Excerpts from a dataset:
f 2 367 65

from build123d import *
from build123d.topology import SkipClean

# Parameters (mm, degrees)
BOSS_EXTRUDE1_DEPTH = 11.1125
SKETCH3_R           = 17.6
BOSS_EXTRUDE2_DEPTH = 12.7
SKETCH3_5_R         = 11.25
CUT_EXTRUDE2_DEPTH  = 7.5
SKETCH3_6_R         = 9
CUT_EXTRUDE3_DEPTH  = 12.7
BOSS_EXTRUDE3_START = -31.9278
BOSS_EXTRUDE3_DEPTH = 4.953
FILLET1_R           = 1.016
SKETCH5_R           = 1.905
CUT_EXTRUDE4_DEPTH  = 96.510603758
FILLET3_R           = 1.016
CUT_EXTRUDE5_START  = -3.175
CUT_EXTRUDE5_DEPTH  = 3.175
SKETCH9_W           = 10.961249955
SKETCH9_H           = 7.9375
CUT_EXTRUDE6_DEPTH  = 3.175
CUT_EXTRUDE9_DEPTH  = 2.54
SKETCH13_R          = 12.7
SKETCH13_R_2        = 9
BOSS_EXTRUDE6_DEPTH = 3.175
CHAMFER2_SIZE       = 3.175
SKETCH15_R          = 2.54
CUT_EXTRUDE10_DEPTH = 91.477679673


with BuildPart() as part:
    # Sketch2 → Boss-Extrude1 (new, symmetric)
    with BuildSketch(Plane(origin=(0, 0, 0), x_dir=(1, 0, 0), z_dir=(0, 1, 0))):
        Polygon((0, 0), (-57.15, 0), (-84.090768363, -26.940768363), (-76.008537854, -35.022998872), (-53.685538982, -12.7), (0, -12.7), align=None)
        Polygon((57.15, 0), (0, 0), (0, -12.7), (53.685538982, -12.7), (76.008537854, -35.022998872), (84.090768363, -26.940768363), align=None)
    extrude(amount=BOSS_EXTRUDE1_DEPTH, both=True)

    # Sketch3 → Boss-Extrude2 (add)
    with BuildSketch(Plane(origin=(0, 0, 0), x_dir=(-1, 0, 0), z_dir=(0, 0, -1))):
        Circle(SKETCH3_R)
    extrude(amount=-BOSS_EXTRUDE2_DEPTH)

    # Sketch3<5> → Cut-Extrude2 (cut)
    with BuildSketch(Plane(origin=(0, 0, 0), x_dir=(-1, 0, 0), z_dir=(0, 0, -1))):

--

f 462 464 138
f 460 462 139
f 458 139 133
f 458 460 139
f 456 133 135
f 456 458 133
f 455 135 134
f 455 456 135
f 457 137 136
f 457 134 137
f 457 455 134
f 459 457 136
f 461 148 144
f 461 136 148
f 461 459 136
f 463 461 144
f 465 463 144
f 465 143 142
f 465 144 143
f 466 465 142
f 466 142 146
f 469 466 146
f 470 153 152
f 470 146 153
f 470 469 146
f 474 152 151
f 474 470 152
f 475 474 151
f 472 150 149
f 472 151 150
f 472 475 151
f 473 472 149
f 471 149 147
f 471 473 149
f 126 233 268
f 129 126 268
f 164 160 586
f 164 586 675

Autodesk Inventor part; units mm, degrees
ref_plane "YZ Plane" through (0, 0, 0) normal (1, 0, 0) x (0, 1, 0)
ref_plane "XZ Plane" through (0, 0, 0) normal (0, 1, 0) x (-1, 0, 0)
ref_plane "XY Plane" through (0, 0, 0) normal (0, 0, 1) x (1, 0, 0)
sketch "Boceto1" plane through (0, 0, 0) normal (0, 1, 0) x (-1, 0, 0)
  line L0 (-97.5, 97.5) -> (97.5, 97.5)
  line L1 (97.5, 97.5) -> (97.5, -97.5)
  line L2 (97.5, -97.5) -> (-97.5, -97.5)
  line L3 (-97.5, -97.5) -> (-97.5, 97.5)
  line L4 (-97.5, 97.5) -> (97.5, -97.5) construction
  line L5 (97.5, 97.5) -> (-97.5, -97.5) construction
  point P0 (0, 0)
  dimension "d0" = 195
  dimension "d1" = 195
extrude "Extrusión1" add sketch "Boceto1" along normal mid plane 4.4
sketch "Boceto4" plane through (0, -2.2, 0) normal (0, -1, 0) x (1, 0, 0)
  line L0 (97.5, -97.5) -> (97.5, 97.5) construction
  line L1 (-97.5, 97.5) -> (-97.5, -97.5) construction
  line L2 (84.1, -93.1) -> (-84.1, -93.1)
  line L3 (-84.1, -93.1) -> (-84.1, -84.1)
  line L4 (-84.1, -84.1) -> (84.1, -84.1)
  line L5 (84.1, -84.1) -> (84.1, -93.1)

* _Task_:
In the data above, retype exactly and only the lines between the one holding "BOSS_EXTRUDE3_DEPTH = 4.953" and the one holding "with BuildPart() as", inclusive.

* _Output for this task_:
BOSS_EXTRUDE3_DEPTH = 4.953
FILLET1_R           = 1.016
SKETCH5_R           = 1.905
CUT_EXTRUDE4_DEPTH  = 96.510603758
FILLET3_R           = 1.016
CUT_EXTRUDE5_START  = -3.175
CUT_EXTRUDE5_DEPTH  = 3.175
SKETCH9_W           = 10.961249955
SKETCH9_H           = 7.9375
CUT_EXTRUDE6_DEPTH  = 3.175
CUT_EXTRUDE9_DEPTH  = 2.54
SKETCH13_R          = 12.7
SKETCH13_R_2        = 9
BOSS_EXTRUDE6_DEPTH = 3.175
CHAMFER2_SIZE       = 3.175
SKETCH15_R          = 2.54
CUT_EXTRUDE10_DEPTH = 91.477679673


with BuildPart() as part:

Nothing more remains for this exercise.